Ollama will install itself and place an icon in your system tray (bottom right corner of your taskbar).

Step 2 Pulling Your First Model

Open a new PowerShell or Command Prompt window. Let's pull Meta's incredibly capable 8-billion parameter model.

Terminal
ollama run llama3

What happens next? - Ollama connects to the registry. - It downloads the ~4.7GB model weights to your local C:\Users\<YourUser>\.ollama folder. - It drops you into an interactive chat prompt.

You can now type: Write a python script to scrape a website and watch your PC generate code instantly.

Hardware Limits

Windows PCs typically rely on discrete GPUs (VRAM) rather than Unified Memory like Macs. To run an AI model fast, it must fit entirely inside your VRAM.

Your VRAM Max Model Size Recommended Models
6GB to 8GB ~7B to 8B parameters Llama 3 (8B), Mistral (7B), Gemma (2B)
12GB to 16GB ~13B to 14B parameters Qwen 2.5 (14B), Command R
24GB (RTX 3090/4090) ~30B parameters Mixtral (8x7B)

If a model exceeds your VRAM, Ollama will automatically offload the remaining layers to your much slower system RAM (CPU).

Step 3 GPU Acceleration

Ollama automatically detects your hardware. - If you have an NVIDIA card, it uses CUDA. - If you have an AMD card, it uses ROCm.
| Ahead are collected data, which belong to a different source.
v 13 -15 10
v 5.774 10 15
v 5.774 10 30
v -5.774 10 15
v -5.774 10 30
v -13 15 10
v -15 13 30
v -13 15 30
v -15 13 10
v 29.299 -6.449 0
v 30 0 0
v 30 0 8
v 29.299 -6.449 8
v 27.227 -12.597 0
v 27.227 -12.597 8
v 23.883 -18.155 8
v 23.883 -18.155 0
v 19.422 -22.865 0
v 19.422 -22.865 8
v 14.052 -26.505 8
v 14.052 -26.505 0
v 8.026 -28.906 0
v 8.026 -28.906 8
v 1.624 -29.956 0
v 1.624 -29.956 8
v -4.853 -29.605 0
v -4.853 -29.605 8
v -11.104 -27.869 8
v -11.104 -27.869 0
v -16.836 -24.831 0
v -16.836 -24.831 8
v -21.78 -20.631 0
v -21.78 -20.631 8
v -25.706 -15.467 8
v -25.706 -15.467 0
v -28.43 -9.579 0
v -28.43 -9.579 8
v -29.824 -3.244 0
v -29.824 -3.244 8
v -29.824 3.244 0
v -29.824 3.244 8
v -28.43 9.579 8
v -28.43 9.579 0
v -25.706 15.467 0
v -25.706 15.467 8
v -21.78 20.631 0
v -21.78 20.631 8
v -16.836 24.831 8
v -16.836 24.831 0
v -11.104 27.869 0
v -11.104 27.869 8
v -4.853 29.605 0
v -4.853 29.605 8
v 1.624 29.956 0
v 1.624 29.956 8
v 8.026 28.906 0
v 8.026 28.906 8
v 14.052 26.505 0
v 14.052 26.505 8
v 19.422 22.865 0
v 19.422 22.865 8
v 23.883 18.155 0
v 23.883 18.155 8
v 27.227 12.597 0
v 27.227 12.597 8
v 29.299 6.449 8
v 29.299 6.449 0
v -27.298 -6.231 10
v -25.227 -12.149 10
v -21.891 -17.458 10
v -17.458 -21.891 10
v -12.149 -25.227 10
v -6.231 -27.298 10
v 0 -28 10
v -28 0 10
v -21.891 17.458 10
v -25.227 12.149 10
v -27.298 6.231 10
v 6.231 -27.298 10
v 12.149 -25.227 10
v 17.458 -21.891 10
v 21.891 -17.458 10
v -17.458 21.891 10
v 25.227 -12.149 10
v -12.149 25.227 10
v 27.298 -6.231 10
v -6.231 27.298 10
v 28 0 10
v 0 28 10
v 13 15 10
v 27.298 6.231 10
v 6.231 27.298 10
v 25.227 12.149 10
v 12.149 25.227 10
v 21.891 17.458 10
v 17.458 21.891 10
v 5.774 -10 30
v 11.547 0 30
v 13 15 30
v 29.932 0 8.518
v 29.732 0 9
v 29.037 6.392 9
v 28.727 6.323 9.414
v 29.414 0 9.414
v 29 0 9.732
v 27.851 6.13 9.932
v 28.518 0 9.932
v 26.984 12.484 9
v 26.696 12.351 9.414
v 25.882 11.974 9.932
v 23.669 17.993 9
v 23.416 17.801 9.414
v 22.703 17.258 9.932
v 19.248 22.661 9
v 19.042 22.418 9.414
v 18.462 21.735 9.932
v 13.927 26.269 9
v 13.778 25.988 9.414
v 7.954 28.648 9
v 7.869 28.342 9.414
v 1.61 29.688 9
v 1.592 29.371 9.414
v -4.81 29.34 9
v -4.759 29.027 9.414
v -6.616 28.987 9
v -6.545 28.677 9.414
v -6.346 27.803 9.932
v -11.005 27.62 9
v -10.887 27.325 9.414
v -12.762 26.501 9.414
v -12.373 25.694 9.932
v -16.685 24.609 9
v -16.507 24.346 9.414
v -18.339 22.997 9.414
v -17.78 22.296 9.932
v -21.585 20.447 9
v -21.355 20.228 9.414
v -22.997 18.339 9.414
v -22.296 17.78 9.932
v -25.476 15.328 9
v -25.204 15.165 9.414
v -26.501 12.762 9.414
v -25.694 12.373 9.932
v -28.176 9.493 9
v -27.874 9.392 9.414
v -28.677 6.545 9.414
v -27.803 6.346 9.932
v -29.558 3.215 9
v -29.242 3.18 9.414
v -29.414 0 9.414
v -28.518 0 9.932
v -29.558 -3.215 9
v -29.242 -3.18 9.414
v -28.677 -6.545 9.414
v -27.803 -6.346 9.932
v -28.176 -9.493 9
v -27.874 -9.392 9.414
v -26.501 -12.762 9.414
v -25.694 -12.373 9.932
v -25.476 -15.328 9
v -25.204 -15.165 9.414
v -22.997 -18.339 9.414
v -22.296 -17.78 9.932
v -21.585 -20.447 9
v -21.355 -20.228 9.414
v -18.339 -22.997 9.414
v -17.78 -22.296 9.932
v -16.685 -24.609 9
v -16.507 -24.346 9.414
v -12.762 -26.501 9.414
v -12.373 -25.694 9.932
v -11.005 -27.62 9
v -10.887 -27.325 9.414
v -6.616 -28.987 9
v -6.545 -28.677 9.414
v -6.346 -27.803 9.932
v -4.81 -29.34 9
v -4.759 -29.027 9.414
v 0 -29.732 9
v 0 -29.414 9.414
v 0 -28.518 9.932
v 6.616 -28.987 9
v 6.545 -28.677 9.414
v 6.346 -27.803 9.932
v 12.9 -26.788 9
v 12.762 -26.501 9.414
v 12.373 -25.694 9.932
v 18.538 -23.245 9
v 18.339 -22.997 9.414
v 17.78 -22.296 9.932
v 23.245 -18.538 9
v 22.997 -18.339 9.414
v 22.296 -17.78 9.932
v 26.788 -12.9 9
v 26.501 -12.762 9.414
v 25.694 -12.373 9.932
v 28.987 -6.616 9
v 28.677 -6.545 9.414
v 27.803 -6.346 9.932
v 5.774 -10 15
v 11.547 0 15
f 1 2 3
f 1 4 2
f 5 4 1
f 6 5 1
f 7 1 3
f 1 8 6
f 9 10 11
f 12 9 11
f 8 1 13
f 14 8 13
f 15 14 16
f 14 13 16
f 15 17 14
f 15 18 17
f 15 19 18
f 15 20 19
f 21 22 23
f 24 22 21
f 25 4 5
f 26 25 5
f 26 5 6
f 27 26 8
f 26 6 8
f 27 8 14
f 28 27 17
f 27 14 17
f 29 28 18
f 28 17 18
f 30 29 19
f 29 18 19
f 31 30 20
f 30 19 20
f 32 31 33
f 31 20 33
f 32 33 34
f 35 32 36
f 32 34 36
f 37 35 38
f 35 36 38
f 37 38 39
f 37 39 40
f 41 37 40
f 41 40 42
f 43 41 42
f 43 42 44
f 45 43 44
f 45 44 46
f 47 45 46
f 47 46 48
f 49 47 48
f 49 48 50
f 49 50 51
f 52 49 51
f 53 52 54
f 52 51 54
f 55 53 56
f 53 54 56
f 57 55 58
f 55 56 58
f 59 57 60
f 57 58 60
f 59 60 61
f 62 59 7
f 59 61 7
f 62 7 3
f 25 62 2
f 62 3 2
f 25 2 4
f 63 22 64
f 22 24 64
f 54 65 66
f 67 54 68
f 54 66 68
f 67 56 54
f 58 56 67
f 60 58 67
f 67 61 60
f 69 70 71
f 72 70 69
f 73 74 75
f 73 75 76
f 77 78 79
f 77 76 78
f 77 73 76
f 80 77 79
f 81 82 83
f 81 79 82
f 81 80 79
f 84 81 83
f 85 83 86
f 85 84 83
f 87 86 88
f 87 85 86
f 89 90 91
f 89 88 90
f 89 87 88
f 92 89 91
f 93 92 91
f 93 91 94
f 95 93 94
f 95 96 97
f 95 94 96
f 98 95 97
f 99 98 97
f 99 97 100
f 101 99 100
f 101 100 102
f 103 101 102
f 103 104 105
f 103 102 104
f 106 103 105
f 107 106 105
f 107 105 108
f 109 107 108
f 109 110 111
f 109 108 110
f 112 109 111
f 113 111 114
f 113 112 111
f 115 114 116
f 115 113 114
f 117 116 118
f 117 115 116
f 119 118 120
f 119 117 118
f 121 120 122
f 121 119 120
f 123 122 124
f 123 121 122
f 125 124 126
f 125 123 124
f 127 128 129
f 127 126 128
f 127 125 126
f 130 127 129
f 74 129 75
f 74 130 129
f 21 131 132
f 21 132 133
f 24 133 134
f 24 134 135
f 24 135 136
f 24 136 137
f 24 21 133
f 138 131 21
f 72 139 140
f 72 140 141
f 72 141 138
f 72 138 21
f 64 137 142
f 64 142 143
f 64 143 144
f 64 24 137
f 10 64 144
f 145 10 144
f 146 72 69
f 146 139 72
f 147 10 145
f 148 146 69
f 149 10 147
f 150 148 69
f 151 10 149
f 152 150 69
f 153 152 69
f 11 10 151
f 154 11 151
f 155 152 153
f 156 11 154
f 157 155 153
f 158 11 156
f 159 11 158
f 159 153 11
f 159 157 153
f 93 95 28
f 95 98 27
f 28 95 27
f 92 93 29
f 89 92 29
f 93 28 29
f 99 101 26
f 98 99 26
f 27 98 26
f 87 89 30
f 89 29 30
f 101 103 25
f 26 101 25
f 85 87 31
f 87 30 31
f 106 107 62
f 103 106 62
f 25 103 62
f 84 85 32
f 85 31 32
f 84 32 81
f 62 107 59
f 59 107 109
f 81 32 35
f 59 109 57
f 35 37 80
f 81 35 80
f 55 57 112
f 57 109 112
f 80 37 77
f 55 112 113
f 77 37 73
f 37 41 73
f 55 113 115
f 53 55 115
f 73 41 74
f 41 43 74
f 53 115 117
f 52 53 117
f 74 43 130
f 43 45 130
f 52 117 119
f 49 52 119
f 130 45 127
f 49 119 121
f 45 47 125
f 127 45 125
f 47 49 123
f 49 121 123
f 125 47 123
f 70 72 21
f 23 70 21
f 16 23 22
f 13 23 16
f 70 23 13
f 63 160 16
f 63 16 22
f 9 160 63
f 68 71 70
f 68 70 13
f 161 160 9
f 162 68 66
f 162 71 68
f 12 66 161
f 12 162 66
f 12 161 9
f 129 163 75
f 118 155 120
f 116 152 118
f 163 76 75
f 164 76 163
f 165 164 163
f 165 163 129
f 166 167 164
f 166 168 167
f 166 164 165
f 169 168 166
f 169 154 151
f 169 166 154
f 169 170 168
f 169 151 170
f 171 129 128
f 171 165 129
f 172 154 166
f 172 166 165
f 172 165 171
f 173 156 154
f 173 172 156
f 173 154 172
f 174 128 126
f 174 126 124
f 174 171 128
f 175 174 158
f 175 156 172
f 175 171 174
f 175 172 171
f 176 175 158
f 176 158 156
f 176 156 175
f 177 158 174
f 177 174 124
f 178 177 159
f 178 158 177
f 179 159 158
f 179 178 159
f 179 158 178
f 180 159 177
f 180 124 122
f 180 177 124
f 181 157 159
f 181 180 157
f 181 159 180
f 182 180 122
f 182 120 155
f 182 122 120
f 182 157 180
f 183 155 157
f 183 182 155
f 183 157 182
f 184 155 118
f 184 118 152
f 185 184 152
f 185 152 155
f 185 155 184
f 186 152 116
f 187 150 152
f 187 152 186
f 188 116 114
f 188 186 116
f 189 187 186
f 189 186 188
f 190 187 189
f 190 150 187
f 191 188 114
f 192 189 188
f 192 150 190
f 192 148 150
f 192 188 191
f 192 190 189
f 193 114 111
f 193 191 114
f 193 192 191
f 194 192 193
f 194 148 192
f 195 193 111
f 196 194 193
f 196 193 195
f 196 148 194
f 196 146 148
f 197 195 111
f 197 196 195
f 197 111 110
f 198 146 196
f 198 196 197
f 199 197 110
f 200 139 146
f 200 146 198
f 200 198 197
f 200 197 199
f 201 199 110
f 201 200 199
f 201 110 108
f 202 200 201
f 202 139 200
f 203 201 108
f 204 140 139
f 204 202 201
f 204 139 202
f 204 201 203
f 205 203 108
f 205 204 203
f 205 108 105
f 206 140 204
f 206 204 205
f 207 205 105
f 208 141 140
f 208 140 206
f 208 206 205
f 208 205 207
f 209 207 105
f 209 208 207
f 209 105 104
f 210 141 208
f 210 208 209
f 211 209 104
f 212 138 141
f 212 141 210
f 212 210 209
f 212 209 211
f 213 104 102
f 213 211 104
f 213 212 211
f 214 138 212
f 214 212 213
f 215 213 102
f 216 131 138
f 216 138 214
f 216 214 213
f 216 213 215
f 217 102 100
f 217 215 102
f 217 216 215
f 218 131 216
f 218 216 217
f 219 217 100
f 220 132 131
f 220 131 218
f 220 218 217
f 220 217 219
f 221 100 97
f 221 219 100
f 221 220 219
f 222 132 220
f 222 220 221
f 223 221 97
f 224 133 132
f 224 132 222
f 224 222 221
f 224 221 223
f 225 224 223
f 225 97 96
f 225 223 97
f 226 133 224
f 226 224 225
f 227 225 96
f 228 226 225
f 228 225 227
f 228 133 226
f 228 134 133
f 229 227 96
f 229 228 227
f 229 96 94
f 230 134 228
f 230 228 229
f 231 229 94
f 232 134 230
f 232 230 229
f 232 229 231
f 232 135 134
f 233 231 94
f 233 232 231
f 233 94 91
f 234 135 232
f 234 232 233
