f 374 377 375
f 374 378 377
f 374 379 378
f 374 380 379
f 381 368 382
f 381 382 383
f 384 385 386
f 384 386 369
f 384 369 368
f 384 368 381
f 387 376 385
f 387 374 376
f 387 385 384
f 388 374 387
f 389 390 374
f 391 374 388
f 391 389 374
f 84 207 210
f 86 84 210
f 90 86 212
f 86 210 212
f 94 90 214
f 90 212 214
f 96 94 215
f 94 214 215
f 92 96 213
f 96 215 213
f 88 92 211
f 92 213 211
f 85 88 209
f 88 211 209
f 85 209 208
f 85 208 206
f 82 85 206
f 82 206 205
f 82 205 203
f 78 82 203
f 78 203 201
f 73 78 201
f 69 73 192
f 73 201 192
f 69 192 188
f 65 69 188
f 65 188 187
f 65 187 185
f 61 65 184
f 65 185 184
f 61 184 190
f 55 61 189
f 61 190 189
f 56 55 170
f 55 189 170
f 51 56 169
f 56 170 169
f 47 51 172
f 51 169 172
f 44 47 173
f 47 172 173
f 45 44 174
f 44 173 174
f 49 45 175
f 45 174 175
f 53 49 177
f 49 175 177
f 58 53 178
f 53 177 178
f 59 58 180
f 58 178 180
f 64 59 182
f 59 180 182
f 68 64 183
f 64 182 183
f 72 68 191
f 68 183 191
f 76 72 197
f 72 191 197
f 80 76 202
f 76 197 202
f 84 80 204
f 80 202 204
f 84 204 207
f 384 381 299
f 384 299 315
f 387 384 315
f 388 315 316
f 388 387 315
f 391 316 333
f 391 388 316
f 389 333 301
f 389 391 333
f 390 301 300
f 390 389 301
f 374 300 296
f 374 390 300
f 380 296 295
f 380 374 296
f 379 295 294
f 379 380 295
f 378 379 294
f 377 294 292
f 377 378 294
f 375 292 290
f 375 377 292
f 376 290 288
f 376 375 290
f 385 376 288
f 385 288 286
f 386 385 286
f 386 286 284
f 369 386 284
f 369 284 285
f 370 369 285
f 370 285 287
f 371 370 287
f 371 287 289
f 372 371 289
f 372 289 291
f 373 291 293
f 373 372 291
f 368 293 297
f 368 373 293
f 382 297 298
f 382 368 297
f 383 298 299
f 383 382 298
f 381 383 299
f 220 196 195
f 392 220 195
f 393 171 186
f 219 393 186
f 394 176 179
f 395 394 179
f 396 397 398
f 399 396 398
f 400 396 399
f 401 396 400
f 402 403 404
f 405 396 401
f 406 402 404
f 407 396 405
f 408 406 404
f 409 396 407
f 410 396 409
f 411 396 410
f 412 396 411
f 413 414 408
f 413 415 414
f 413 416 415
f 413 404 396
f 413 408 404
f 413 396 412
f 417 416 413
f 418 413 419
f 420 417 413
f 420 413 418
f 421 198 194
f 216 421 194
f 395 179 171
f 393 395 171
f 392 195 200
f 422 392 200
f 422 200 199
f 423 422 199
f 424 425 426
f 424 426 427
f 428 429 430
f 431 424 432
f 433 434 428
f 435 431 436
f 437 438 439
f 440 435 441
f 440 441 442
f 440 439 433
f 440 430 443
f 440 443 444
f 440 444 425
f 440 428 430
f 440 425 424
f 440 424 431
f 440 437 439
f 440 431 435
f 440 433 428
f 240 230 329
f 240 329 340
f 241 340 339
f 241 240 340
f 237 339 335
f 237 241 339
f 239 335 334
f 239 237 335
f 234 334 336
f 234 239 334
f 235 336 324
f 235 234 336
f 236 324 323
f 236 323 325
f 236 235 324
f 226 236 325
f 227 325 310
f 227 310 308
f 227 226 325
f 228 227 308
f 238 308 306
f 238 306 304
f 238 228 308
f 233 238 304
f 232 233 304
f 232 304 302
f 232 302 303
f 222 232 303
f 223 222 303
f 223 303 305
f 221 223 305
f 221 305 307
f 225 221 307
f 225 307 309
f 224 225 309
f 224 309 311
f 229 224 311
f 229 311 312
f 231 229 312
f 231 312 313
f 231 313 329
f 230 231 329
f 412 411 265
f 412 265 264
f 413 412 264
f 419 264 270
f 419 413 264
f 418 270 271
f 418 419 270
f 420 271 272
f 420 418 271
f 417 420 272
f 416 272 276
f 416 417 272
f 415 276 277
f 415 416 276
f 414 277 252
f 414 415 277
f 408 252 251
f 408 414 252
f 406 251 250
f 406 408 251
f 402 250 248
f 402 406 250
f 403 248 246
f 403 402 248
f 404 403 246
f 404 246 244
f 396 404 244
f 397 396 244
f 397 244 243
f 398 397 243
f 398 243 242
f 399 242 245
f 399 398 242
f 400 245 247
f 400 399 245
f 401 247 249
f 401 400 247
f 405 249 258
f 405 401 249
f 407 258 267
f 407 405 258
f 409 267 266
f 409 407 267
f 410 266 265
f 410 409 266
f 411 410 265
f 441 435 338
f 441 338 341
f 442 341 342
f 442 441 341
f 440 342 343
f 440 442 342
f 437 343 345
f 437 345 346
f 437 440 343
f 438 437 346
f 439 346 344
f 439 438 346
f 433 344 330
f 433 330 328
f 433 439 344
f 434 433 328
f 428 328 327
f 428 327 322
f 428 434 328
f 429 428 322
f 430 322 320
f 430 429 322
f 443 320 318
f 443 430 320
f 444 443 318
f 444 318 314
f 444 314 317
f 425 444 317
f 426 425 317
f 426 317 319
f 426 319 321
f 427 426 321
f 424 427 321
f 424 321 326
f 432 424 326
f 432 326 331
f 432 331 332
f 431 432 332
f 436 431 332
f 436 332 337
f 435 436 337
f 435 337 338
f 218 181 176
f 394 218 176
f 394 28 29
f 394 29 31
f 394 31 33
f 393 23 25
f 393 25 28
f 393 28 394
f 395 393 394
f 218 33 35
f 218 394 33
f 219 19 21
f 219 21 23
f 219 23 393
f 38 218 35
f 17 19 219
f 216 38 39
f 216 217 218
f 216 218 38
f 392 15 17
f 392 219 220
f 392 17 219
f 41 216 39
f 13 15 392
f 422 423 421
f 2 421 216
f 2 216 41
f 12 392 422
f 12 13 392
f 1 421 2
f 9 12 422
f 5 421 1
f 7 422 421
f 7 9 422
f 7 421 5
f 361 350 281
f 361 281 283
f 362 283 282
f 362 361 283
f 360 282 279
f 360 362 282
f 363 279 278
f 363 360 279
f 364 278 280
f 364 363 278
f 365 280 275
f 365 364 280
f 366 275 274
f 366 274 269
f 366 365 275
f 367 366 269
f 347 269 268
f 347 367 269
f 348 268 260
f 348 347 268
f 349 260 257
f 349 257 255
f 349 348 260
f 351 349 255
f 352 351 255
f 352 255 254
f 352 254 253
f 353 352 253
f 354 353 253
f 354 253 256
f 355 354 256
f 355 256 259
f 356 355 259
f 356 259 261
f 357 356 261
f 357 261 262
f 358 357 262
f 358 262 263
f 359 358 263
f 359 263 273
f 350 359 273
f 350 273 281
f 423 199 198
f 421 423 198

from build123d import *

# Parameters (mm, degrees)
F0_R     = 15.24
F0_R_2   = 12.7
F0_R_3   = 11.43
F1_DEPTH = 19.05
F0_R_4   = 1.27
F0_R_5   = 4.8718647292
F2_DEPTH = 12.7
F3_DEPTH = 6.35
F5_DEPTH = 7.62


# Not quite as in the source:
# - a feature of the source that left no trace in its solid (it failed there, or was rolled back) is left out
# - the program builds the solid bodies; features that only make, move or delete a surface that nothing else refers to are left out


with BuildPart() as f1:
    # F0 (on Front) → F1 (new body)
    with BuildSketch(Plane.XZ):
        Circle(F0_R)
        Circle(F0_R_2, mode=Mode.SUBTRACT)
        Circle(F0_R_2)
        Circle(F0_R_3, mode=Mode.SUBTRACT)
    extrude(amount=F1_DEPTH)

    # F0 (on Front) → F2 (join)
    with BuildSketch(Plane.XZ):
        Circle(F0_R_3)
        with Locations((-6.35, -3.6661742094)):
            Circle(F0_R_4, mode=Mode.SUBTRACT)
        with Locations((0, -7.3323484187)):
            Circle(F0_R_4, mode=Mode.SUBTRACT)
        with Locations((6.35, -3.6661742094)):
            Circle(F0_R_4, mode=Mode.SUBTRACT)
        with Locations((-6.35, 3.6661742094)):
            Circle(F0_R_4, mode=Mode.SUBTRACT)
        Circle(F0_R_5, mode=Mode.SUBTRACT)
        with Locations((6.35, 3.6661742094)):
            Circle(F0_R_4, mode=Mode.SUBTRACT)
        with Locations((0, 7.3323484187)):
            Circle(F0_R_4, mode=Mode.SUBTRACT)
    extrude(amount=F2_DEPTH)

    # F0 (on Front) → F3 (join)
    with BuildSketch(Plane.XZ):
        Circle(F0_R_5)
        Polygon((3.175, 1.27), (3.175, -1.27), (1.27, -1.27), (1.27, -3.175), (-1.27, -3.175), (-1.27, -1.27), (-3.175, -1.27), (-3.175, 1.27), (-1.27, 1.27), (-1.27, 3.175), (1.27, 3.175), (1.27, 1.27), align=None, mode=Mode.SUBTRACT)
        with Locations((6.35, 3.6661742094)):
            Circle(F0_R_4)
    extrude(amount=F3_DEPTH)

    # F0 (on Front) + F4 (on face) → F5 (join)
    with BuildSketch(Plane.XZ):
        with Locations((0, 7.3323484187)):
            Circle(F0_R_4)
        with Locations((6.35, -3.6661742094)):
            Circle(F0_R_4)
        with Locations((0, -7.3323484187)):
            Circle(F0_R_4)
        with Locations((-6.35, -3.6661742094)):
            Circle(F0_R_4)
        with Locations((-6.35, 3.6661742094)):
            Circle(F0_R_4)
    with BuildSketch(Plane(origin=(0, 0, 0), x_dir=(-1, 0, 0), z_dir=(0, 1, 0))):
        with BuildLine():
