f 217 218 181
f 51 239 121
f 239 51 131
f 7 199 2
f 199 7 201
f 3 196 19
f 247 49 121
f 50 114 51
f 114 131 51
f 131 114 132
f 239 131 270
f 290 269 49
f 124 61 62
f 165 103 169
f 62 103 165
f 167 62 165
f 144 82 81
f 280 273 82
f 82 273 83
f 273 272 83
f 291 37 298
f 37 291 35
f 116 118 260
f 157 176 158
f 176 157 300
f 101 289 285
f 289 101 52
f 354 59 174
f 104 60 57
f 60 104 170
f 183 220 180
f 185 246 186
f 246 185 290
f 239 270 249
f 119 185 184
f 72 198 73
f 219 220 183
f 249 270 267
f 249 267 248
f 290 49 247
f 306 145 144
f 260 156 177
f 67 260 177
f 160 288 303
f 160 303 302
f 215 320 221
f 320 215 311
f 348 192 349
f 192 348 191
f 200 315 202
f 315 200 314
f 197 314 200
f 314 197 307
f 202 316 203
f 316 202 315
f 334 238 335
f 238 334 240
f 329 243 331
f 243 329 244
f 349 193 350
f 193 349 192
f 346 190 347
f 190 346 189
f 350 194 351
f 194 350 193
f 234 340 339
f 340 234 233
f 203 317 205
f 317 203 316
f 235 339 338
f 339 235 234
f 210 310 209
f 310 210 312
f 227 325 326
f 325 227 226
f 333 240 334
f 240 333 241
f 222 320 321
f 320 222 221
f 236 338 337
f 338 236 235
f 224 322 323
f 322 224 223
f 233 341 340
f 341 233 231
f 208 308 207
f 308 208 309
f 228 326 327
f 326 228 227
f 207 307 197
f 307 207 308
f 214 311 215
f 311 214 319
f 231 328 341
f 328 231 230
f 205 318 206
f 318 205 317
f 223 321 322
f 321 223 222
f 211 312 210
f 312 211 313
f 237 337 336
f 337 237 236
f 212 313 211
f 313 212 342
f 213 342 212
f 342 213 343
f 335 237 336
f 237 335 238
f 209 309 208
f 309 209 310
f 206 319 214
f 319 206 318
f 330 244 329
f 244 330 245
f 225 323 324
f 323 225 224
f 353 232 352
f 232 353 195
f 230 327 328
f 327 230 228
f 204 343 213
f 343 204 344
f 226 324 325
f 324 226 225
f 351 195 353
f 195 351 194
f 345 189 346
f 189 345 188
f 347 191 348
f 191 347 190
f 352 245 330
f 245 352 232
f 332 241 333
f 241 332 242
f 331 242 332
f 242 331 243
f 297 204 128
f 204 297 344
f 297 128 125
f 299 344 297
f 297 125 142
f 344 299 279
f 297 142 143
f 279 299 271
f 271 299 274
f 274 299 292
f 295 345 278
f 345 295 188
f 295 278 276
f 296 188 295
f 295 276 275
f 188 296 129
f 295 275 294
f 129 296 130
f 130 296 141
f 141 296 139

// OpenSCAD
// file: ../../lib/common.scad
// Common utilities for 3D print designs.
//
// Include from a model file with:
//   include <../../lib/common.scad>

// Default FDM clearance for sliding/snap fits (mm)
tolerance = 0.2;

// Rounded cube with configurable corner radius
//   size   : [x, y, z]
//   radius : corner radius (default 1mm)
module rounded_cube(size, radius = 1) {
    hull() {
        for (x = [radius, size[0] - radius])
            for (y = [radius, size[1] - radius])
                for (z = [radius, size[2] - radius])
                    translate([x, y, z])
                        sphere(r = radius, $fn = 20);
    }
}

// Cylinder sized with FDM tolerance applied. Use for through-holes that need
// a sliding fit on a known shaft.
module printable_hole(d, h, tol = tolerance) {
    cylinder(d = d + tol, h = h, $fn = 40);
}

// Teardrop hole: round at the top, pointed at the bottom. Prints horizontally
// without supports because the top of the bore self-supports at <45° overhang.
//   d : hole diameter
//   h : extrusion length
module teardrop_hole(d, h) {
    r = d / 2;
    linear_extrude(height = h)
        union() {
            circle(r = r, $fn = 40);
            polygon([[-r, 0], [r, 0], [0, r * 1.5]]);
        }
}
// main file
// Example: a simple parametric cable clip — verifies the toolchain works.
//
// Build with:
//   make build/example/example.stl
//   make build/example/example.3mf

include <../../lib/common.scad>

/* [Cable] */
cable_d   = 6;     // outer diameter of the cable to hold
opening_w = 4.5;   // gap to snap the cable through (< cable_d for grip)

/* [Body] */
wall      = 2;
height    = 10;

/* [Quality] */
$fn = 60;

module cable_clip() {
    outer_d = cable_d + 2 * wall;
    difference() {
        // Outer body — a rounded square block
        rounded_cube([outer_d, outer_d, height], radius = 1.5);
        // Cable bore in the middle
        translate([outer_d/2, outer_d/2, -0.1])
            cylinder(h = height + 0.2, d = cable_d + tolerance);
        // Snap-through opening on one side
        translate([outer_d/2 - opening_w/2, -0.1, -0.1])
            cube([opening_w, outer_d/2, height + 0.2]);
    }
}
To verify GPU usage, open the Task Manager (Ctrl + Shift + Esc), go to the Performance tab, and select your GPU. Send a large prompt to Ollama and watch your "Dedicated GPU Memory" and "3D" compute graphs spike to 100%.

Step 4 The Local API

Ollama runs a local API server in the background automatically. You can plug this endpoint into VS Code extensions or Python scripts.

Terminal
curl http://localhost:11434/api/generate -d '{
  "model": "llama3",
  "prompt": "Why is the sky blue?",
  "stream": false
}'

Your Windows PC is now a fully functional, private AI server!